(Stored data entries)
=== Begin Enclosure ===

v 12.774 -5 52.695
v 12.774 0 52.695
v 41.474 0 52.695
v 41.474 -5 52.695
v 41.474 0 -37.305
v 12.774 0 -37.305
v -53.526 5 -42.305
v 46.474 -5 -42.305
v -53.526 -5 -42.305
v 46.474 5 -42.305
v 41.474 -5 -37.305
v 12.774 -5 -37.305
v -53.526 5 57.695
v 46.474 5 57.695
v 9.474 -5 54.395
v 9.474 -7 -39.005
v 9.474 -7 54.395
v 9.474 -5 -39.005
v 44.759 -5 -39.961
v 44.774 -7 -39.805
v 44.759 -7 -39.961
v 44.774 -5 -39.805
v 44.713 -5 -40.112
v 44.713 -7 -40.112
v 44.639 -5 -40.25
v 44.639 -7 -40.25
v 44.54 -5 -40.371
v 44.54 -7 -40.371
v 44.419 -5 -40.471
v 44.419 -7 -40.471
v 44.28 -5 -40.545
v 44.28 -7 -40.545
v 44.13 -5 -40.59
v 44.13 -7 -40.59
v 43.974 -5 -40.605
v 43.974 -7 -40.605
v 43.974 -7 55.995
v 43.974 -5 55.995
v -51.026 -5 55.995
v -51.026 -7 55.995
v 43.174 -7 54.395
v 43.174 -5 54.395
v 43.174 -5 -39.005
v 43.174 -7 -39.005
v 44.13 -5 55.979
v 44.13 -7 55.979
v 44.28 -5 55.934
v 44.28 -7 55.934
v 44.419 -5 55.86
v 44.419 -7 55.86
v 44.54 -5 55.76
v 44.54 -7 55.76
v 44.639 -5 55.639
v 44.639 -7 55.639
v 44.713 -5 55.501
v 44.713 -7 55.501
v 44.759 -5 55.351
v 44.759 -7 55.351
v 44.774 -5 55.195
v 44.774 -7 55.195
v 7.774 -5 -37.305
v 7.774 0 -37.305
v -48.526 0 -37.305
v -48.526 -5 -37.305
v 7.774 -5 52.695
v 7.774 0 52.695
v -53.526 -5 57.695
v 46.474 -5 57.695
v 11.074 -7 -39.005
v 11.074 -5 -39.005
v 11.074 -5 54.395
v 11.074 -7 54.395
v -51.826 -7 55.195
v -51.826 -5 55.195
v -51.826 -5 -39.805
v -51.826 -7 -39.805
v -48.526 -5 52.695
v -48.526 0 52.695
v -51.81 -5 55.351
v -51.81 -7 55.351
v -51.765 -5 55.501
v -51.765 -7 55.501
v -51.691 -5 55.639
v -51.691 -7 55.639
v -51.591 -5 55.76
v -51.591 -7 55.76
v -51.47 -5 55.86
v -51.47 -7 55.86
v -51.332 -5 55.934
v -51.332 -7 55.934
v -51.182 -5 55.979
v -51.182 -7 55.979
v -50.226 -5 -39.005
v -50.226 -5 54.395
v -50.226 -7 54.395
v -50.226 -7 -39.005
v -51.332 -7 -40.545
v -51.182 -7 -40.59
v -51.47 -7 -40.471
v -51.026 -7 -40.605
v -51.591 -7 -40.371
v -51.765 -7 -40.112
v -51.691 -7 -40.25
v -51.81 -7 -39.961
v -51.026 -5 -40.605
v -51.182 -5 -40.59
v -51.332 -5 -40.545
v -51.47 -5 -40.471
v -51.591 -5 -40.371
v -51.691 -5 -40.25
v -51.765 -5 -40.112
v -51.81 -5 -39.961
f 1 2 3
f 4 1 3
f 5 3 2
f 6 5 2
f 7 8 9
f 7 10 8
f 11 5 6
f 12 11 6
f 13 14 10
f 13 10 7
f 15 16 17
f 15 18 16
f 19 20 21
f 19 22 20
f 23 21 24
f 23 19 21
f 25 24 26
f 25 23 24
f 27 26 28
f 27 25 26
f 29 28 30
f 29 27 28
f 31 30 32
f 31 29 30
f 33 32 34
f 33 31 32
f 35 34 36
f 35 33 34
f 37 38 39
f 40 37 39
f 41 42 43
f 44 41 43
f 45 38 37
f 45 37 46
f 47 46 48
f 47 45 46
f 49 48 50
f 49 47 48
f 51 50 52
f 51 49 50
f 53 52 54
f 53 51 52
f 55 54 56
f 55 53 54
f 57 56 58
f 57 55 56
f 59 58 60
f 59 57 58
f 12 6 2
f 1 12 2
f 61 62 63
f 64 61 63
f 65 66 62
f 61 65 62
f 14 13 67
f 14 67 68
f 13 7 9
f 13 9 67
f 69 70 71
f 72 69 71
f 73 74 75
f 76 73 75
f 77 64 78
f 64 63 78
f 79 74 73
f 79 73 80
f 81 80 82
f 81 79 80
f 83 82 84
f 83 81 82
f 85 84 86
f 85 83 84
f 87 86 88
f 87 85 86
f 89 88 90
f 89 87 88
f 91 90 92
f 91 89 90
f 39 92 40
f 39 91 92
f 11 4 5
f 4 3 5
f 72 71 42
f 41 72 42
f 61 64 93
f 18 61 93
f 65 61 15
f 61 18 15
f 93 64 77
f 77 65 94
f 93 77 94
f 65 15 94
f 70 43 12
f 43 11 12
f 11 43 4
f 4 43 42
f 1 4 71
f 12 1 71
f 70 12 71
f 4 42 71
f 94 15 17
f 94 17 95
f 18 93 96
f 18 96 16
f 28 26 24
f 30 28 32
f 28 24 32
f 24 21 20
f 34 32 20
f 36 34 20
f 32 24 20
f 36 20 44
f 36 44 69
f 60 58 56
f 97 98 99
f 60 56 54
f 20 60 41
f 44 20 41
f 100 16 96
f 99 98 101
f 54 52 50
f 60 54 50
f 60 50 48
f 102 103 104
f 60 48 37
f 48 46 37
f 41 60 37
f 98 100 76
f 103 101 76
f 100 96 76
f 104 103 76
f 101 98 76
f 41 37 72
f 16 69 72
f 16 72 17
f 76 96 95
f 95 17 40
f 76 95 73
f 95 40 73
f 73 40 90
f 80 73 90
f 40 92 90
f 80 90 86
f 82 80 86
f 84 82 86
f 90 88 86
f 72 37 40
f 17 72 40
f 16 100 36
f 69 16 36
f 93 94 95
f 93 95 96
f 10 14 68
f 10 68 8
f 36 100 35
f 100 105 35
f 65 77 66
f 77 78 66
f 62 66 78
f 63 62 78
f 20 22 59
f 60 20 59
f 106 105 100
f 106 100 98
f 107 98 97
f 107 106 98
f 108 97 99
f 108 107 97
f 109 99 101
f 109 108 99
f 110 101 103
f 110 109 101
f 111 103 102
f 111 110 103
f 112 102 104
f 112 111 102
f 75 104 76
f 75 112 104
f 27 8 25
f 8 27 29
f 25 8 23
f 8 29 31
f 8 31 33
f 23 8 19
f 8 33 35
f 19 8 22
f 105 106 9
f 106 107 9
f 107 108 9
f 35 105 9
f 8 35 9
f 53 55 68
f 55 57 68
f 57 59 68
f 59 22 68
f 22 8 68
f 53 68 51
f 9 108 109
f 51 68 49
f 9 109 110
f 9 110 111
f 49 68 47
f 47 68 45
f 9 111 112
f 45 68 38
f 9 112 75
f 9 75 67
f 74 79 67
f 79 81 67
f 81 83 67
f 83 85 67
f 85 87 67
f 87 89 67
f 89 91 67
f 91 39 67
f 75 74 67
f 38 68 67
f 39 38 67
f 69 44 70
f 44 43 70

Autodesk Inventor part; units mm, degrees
ref_plane "YZ Plane" through (0, 0, 0) normal (1, 0, 0) x (0, 1, 0)
ref_plane "XZ Plane" through (0, 0, 0) normal (0, 1, 0) x (-1, 0, 0)
ref_plane "XY Plane" through (0, 0, 0) normal (0, 0, 1) x (1, 0, 0)
sketch "Sketch1" plane through (0, 0, 0) normal (0, 1, 0) x (-1, 0, 0)
  arc A0 (52.0258, 55.1946) -> (51.0258, 56.1946) centre (51.0258, 55.1946) ccw
  line L0 (-43.9742, 56.1946) -> (51.0258, 56.1946)
  arc A1 (-43.9742, 56.1946) -> (-44.9742, 55.1946) centre (-43.9742, 55.1946) ccw
  line L1 (-44.9742, -39.8054) -> (-44.9742, 55.1946)
  arc A2 (-44.9742, -39.8054) -> (-43.9742, -40.8054) centre (-43.9742, -39.8054) ccw
  line L2 (51.0258, -40.8054) -> (-43.9742, -40.8054)
  arc A3 (51.0258, -40.8054) -> (52.0258, -39.8054) centre (51.0258, -39.8054) ccw
  line L3 (52.0258, 55.1946) -> (52.0258, -39.8054)
  line L4 (-11.2742, 54.1946) -> (-42.9742, 54.1946)
  line L5 (-11.2742, -38.8054) -> (-11.2742, 54.1946)
  line L6 (-42.9742, -38.8054) -> (-11.2742, -38.8054)
  line L7 (-42.9742, 54.1946) -> (-42.9742, -38.8054)
  line L8 (50.0258, -38.8054) -> (50.0258, 54.1946)
  line L9 (-9.2742, -38.8054) -> (50.0258, -38.8054)
  line L10 (-9.2742, 54.1946) -> (-9.2742, -38.8054)
  line L11 (50.0258, 54.1946) -> (-9.2742, 54.1946)
  line L12 (53.5258, 57.6946) -> (-46.4742, 57.6946)
  line L13 (-46.4742, 57.6946) -> (-46.4742, -42.3054)
  line L14 (-46.4742, -42.3054) -> (53.5258, -42.3054)
  line L15 (53.5258, -42.3054) -> (53.5258, 57.6946)
  line L16 (51.0258, 55.1946) -> (-43.9742, 55.1946) construction
  line L17 (-43.9742, 55.1946) -> (-43.9742, -39.8054) construction
  line L18 (-43.9742, -39.8054) -> (51.0258, -39.8054) construction
  line L19 (51.0258, -39.8054) -> (51.0258, 55.1946) construction
  line L20 (-41.4742, -37.3054) -> (-12.7742, -37.3054)
  line L21 (-12.7742, -37.3054) -> (-12.7742, 52.6946)
  line L22 (-12.7742, 52.6946) -> (-41.4742, 52.6946)
  line L23 (-41.4742, 52.6946) -> (-41.4742, -37.3054)
  line L24 (-7.7742, -37.3054) -> (48.5258, -37.3054)
  line L25 (48.5258, -37.3054) -> (48.5258, 52.6946)
  line L26 (48.5258, 52.6946) -> (-7.7742, 52.6946)
  line L27 (-7.7742, 52.6946) -> (-7.7742, -37.3054)
  line L28 (-10.2742, 55.1946) -> (-10.2742, -39.8054) construction
  arc A4 (51.0258, -40.6054) -> (51.8258, -39.8054) centre (51.0258, -39.8054) ccw
  line L29 (51.0258, -40.6054) -> (-43.9742, -40.6054)
  arc A5 (-44.7742, -39.8054) -> (-43.9742, -40.6054) centre (-43.9742, -39.8054) ccw
  line L30 (-44.7742, -39.8054) -> (-44.7742, 55.1946)
  arc A6 (-43.9742, 55.9946) -> (-44.7742, 55.1946) centre (-43.9742, 55.1946) ccw
  line L31 (-43.9742, 55.9946) -> (51.0258, 55.9946)
  arc A7 (51.8258, 55.1946) -> (51.0258, 55.9946) centre (51.0258, 55.1946) ccw
  line L32 (51.8258, 55.1946) -> (51.8258, -39.8054)
  line L33 (50.2258, 54.3946) -> (50.2258, -39.0054)
  line L34 (50.2258, -39.0054) -> (-9.4742, -39.0054)
  line L35 (-9.4742, -39.0054) -> (-9.4742, 54.3946)
  line L36 (-9.4742, 54.3946) -> (50.2258, 54.3946)
  line L37 (-43.1742, -39.0054) -> (-11.0742, -39.0054)
  line L38 (-11.0742, -39.0054) -> (-11.0742, 54.3946)
  line L39 (-11.0742, 54.3946) -> (-43.1742, 54.3946)
  line L40 (-43.1742, 54.3946) -> (-43.1742, -39.0054)
  point P0 (0, 0)
  point P1 (-29.6242, 39.9946)
  dimension "d0" = 2
  dimension "d1" = 2.5
  dimension "d2" = 2.5
  dimension "d3" = 2.5
  dimension "d4" = 2.5
  dimension "d5" = 2.5
  dimension "d6" = 2.5
  dimension "d7" = 2.5
  dimension "d8" = 2.5
  dimension "d9" = 5
  dimension "d10" = 1
  dimension "d11" = 2
  dimension "d12" = 2.5
  dimension "d13" = 0.2
  dimension "d14" = 0.2
  dimension "d15" = 0.2
extrude "Extrusion1" add sketch "Sketch1" along normal blind 5 contours L3 A3 L2 A2 L1 A1 L0 A0 | L5 L6 L7 L4 | L9 L10 L11 L8 | L15 L14 L13 L12 | L23 L22 L21 L20 | L27 L26 L25 L24 | L29 A5 L30 A6 L31 A7 L32 A4 | L33 L34 L35 L36 | L40 L39 L38 L37
extrude "Extrusion2" add sketch "Sketch1" against normal blind 5 contours L3 A3 L2 A2 L1 A1 L0 A0 | L5 L6 L7 L4 | L9 L10 L11 L8 | L15 L14 L13 L12 | L29 A5 L30 A6 L31 A7 L32 A4 | L33 L34 L35 L36 | L40 L39 L38 L37
extrude "Extrusion3" add sketch "Sketch1" against normal blind 7 contours L29 A5 L30 A6 L31 A7 L32 A4
equation "\"d2\" = d1"
equation "\"d3\" = d2"
equation "\"d4\" = d1"
equation "\"d5\" = d2"
equation "\"d6\" = d1"
equation "\"d7\" = d4"
equation "\"d8\" = d7"
equation "\"d10\" = 0.5 * d11"
equation "\"d12\" = 0.5 * d9"
equation "\"d14\" = d13"
equation "\"d15\" = d14"
properties part number "plantBottomPlate"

=== End Enclosure ===

Could you set down, word for word, only the lines above from the line with "v 44.713 -7 -40.112" to the line with "v 7.774 -5 52.695", including both?

* Finished task *
v 44.713 -7 -40.112
v 44.639 -5 -40.25
v 44.639 -7 -40.25
v 44.54 -5 -40.371
v 44.54 -7 -40.371
v 44.419 -5 -40.471
v 44.419 -7 -40.471
v 44.28 -5 -40.545
v 44.28 -7 -40.545
v 44.13 -5 -40.59
v 44.13 -7 -40.59
v 43.974 -5 -40.605
v 43.974 -7 -40.605
v 43.974 -7 55.995
v 43.974 -5 55.995
v -51.026 -5 55.995
v -51.026 -7 55.995
v 43.174 -7 54.395
v 43.174 -5 54.395
v 43.174 -5 -39.005
v 43.174 -7 -39.005
v 44.13 -5 55.979
v 44.13 -7 55.979
v 44.28 -5 55.934
v 44.28 -7 55.934
v 44.419 -5 55.86
v 44.419 -7 55.86
v 44.54 -5 55.76
v 44.54 -7 55.76
v 44.639 -5 55.639
v 44.639 -7 55.639
v 44.713 -5 55.501
v 44.713 -7 55.501
v 44.759 -5 55.351
v 44.759 -7 55.351
v 44.774 -5 55.195
v 44.774 -7 55.195
v 7.774 -5 -37.305
v 7.774 0 -37.305
v -48.526 0 -37.305
v -48.526 -5 -37.305
v 7.774 -5 52.695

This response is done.